[Opening Information given section]

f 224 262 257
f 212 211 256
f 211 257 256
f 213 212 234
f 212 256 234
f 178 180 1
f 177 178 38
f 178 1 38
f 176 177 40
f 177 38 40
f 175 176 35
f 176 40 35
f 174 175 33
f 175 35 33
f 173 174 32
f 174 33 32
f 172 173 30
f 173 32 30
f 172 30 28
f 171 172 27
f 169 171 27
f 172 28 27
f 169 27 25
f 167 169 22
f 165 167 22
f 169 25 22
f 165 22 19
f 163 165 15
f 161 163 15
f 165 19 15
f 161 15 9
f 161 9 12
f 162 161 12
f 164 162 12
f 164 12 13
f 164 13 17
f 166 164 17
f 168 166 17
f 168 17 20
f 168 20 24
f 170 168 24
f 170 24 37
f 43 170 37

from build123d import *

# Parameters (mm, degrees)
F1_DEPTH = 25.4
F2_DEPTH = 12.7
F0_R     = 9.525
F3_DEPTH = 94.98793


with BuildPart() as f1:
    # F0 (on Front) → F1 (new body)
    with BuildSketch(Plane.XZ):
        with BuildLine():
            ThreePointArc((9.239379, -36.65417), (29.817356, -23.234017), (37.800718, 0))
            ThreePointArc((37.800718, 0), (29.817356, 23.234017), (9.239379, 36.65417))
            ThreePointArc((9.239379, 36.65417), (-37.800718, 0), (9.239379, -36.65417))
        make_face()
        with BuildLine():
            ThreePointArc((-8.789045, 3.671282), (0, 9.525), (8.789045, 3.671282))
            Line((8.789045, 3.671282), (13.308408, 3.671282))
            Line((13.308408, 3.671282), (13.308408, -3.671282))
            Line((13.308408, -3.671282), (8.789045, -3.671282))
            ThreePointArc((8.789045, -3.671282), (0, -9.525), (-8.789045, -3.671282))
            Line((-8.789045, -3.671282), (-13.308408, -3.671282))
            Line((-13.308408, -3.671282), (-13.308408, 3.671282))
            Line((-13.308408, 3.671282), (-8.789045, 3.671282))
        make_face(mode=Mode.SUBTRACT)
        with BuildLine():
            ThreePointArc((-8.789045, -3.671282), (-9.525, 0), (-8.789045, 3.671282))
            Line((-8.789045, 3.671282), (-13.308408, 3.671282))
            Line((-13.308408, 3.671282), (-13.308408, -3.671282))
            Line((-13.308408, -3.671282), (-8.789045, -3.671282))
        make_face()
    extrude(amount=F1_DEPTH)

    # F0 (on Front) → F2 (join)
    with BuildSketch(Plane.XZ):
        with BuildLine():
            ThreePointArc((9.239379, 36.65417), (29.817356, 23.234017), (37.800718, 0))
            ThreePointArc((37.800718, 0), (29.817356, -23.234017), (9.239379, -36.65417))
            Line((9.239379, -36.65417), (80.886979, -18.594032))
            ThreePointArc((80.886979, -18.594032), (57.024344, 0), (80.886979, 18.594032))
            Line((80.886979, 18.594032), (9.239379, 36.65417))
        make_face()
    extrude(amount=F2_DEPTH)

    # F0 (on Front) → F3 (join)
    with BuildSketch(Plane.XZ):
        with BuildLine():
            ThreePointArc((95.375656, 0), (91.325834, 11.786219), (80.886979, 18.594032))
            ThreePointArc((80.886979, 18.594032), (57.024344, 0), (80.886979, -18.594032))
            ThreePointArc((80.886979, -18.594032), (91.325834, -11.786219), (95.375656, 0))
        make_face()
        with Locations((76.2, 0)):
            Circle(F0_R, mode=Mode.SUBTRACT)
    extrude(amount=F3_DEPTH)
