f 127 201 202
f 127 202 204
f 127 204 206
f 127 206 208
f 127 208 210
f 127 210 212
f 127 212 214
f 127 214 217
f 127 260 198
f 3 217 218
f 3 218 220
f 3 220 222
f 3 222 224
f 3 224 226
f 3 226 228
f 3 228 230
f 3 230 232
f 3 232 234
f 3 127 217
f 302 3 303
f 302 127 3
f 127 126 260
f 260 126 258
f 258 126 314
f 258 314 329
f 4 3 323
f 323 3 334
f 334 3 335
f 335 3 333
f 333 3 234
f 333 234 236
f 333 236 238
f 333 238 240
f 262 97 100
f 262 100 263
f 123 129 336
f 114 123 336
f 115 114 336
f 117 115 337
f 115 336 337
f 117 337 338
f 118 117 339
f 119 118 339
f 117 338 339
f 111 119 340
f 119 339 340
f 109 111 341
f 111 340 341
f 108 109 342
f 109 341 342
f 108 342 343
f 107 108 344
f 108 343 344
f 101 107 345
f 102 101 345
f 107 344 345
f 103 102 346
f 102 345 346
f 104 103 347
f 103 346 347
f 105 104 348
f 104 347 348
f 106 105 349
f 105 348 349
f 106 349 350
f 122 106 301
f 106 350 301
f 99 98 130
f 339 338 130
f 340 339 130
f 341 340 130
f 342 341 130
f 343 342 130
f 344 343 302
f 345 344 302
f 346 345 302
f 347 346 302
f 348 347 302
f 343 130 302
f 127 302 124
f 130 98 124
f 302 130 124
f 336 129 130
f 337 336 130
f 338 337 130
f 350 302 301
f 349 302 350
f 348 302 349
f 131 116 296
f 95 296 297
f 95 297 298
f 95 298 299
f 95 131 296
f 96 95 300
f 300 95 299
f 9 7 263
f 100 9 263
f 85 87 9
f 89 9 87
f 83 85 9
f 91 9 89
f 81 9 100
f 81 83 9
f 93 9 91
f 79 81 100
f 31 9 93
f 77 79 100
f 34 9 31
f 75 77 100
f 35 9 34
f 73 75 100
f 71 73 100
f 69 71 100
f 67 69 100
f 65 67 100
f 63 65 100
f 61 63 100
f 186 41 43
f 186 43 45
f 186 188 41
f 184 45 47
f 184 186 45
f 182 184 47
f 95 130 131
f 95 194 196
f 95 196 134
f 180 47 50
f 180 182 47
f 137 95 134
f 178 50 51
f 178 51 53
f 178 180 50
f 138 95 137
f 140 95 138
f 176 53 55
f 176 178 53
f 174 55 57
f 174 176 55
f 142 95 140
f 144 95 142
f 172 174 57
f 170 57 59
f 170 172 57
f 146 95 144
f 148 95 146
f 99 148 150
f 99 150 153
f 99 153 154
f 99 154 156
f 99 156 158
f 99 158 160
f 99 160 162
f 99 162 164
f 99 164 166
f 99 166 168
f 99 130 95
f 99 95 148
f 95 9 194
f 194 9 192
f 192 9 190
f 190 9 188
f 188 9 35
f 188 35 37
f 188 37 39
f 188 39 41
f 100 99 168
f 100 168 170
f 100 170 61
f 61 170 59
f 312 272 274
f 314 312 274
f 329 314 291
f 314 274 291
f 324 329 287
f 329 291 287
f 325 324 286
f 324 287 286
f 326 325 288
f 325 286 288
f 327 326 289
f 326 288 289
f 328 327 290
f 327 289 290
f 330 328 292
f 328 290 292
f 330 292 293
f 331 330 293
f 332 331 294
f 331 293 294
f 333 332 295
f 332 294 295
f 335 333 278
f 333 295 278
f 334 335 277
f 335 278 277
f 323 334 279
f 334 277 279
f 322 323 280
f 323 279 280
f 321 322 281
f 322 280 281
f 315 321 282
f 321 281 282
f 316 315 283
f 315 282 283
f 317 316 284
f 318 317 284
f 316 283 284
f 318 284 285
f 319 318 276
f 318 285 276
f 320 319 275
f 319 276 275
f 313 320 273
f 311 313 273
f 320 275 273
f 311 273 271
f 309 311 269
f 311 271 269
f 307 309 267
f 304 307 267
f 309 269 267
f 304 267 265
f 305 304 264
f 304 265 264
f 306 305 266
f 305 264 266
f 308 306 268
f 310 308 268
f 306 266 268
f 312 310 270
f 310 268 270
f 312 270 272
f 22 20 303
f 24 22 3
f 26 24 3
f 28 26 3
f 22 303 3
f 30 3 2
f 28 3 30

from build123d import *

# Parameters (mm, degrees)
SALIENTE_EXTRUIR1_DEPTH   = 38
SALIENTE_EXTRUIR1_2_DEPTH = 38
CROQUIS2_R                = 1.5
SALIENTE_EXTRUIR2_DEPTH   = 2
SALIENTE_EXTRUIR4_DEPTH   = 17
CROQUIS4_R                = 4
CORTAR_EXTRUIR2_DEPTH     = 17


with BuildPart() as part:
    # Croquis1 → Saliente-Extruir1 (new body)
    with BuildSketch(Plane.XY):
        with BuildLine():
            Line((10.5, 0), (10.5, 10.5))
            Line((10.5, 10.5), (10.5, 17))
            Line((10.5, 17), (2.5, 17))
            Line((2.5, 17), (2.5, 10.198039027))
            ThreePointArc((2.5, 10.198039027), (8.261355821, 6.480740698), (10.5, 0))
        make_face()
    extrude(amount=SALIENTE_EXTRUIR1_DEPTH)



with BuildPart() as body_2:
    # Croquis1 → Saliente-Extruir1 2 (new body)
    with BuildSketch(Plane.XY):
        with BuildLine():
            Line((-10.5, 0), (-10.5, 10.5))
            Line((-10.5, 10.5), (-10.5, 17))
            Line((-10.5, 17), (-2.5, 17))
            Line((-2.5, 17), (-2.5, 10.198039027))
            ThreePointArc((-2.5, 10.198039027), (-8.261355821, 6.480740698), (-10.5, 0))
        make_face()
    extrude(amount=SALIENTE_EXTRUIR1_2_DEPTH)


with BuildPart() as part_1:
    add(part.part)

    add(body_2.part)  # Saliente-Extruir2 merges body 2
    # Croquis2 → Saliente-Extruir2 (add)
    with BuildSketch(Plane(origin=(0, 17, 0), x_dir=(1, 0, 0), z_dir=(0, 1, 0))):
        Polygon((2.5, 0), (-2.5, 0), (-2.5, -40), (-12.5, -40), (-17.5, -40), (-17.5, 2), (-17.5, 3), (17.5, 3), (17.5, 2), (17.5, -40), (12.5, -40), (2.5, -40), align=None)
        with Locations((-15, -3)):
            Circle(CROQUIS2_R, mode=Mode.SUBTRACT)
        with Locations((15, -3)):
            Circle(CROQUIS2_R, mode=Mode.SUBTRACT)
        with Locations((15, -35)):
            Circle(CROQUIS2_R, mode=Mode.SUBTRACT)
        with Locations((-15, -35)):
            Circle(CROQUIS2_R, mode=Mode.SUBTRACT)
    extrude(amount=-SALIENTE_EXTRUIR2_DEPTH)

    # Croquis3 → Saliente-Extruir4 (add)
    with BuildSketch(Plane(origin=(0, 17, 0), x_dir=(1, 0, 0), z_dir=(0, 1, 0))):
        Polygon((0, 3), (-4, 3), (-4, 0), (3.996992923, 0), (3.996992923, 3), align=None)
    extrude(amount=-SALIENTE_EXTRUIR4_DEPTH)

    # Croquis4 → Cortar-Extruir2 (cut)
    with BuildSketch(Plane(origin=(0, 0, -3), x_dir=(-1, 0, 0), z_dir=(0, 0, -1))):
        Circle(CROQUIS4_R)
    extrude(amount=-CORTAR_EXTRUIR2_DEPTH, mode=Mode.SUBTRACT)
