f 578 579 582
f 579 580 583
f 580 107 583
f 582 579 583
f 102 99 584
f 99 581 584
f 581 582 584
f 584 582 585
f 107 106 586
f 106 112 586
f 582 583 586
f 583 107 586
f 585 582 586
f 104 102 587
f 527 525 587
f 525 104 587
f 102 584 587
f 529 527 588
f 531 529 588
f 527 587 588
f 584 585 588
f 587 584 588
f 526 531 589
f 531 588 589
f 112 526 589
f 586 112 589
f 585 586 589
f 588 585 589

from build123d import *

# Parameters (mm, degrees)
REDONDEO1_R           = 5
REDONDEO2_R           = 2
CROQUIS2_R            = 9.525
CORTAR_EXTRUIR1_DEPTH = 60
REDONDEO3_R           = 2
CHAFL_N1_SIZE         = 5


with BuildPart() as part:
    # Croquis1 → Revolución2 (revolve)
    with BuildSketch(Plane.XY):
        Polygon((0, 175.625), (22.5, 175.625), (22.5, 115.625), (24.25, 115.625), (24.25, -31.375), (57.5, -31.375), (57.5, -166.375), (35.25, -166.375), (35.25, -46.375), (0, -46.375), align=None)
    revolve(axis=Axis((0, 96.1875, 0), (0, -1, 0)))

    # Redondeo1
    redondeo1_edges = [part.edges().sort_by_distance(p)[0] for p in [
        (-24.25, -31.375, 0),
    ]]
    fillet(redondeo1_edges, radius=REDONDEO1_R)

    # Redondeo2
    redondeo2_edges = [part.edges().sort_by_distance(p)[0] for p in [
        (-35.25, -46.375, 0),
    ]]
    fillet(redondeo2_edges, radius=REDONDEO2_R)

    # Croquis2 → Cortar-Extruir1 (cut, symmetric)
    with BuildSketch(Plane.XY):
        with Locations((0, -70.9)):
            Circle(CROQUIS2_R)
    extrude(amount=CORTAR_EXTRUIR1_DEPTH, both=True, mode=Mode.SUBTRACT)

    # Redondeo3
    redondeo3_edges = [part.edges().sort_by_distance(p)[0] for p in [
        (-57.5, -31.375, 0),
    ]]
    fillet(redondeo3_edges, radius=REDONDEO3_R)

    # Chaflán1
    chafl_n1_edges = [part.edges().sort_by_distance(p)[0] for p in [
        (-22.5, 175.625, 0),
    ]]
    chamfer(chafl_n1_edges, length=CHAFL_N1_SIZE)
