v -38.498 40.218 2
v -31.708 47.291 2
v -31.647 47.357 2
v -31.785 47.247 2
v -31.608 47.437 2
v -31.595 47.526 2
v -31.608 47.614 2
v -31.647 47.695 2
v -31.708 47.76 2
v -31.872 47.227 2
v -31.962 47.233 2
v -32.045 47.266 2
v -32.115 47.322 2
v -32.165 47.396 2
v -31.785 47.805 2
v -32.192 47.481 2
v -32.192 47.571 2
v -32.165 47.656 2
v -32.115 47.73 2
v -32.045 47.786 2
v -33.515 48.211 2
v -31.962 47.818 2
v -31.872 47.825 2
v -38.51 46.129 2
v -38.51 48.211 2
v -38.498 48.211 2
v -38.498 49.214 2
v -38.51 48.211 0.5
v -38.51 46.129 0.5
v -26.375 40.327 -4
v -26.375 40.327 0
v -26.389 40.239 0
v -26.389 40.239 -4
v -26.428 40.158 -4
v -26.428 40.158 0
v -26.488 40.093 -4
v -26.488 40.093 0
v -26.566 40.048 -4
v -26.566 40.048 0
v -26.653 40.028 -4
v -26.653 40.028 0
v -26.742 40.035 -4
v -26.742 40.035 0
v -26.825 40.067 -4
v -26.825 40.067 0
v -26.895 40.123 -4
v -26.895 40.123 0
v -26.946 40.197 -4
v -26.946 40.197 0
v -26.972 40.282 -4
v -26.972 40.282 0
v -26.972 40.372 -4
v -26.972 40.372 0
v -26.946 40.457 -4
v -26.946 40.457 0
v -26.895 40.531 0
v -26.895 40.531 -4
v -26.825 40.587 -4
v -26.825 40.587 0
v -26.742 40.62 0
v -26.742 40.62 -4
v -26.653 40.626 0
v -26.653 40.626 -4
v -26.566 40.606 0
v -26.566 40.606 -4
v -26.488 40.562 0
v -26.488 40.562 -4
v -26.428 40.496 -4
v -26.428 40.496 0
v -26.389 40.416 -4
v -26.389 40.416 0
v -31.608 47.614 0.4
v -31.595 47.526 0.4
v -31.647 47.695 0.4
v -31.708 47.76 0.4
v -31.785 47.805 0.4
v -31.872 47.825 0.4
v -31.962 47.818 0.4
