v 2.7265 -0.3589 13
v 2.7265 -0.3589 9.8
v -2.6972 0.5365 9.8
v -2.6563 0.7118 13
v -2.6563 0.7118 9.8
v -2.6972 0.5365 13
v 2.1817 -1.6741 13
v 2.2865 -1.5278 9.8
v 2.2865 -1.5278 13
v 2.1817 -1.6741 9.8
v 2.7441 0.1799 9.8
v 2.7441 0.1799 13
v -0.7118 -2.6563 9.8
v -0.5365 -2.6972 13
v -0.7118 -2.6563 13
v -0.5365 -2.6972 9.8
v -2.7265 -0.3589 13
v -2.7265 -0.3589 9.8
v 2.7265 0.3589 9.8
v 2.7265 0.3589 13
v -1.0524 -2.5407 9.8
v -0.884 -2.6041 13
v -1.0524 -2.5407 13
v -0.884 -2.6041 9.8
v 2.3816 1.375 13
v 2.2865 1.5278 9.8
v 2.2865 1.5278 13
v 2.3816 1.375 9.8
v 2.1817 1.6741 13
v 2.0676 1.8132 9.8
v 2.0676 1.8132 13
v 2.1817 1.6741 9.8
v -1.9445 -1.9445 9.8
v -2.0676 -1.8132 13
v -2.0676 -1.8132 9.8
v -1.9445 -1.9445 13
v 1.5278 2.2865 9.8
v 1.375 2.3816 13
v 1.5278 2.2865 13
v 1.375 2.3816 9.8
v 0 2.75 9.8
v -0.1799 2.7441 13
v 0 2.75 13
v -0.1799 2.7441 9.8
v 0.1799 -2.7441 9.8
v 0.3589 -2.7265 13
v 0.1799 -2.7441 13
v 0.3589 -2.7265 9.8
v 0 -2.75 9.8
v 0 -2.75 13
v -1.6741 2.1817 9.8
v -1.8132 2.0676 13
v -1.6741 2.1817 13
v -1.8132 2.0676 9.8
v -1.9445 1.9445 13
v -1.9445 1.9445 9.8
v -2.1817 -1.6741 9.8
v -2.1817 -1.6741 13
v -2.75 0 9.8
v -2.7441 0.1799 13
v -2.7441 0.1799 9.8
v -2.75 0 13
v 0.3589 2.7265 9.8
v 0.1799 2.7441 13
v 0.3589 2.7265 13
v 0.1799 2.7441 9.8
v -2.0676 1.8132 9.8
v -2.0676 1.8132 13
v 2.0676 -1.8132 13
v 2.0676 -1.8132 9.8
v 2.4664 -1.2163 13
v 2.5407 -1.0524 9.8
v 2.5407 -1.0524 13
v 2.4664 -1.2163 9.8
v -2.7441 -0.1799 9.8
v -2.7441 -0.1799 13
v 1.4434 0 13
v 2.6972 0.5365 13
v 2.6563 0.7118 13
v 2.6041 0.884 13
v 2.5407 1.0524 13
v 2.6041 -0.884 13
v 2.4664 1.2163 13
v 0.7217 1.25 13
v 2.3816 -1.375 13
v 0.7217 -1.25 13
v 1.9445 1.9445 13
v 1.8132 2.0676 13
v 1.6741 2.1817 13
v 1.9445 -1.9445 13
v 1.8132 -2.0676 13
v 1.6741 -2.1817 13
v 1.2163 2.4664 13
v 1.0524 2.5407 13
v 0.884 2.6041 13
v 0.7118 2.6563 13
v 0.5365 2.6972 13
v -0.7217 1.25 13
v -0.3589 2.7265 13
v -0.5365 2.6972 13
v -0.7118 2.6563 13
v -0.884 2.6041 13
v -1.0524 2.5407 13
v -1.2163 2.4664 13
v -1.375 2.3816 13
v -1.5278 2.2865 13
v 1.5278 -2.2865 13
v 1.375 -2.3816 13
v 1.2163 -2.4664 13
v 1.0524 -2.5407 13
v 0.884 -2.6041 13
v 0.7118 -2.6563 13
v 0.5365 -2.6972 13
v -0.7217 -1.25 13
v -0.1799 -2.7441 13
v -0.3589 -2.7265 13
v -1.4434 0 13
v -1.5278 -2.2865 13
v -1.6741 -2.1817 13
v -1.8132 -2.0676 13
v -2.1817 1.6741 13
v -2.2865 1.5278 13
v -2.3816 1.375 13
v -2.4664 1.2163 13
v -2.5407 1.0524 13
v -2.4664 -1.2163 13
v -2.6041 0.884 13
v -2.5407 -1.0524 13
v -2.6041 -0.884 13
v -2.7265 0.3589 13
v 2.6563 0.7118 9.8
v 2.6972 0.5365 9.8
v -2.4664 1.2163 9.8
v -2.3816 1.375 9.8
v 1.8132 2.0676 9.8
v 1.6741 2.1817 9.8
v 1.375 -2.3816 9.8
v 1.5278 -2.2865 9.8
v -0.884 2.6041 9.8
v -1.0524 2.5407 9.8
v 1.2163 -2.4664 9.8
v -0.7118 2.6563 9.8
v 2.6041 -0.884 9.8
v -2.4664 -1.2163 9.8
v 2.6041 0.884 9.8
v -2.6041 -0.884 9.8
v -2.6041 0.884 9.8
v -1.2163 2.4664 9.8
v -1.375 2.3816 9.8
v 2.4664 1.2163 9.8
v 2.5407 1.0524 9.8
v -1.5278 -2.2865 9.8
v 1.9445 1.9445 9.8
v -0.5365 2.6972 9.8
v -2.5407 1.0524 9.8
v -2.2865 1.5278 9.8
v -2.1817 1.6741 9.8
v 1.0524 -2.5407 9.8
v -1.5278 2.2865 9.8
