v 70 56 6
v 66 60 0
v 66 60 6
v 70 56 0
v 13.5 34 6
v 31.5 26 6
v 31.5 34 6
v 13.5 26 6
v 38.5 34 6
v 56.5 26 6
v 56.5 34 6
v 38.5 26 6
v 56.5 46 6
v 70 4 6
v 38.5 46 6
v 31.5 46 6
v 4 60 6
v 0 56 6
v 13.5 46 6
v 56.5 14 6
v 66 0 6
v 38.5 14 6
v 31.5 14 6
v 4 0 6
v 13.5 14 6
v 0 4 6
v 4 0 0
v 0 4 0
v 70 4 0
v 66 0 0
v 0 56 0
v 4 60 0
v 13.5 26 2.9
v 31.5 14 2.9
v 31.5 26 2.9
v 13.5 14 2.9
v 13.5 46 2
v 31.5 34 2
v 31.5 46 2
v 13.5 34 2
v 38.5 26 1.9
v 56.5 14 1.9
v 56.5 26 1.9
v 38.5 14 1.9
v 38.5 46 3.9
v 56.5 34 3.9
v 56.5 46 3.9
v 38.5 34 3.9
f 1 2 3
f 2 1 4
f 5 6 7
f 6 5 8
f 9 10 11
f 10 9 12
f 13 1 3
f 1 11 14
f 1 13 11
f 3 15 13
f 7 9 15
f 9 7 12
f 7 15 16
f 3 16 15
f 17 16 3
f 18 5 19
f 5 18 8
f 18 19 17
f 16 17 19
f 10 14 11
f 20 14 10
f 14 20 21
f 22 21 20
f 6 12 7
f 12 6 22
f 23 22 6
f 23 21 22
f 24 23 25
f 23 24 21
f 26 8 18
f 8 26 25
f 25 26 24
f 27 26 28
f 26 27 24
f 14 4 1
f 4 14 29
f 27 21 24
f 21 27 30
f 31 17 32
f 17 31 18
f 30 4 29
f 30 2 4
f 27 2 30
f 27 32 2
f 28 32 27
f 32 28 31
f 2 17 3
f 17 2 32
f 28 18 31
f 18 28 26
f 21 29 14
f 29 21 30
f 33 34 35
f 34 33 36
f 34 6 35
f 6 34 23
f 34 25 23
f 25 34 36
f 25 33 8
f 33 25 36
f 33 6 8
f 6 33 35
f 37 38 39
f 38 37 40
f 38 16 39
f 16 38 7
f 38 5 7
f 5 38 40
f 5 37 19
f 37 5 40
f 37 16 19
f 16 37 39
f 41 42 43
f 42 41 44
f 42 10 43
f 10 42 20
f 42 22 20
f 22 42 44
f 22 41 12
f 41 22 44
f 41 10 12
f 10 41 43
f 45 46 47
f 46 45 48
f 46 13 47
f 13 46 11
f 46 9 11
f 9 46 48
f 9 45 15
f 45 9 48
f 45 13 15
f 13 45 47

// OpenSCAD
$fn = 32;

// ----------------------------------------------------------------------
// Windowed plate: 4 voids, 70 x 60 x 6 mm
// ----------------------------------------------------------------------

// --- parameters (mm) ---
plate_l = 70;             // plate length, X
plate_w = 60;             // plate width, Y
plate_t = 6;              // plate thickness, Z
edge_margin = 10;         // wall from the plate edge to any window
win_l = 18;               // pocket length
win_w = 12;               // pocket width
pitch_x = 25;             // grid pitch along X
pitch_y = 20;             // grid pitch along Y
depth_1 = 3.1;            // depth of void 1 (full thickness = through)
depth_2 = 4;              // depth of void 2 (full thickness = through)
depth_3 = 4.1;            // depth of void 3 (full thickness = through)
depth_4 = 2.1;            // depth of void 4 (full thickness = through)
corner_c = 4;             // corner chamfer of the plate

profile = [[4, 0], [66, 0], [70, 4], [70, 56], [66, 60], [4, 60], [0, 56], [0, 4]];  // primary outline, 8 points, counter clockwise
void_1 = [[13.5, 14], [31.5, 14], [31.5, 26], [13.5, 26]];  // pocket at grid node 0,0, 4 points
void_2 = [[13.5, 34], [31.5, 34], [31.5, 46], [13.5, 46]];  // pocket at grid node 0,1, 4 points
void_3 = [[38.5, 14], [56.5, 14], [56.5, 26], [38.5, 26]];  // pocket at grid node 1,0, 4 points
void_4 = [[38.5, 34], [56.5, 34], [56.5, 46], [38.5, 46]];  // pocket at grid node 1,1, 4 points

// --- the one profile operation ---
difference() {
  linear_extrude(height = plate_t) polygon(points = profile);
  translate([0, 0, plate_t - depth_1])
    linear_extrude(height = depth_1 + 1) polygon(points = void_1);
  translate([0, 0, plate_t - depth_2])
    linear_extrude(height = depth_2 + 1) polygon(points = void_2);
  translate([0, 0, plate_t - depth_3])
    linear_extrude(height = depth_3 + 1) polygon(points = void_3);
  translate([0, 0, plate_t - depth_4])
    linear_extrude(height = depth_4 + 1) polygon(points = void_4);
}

[Closing Information given section]

Exercise brief ▸ Retype the records above, but only those lines that fall between the line containing "Line((-2.5, 17), (-2.5, 10.198039027))" and the line containing "# Croquis2 → Saliente-Extruir2 (add)", with both of those lines included, exactly as written.

Answer to this exercise ▸
            Line((-2.5, 17), (-2.5, 10.198039027))
            ThreePointArc((-2.5, 10.198039027), (-8.261355821, 6.480740698), (-10.5, 0))
        make_face()
    extrude(amount=SALIENTE_EXTRUIR1_2_DEPTH)


with BuildPart() as part_1:
    add(part.part)

    add(body_2.part)  # Saliente-Extruir2 merges body 2
    # Croquis2 → Saliente-Extruir2 (add)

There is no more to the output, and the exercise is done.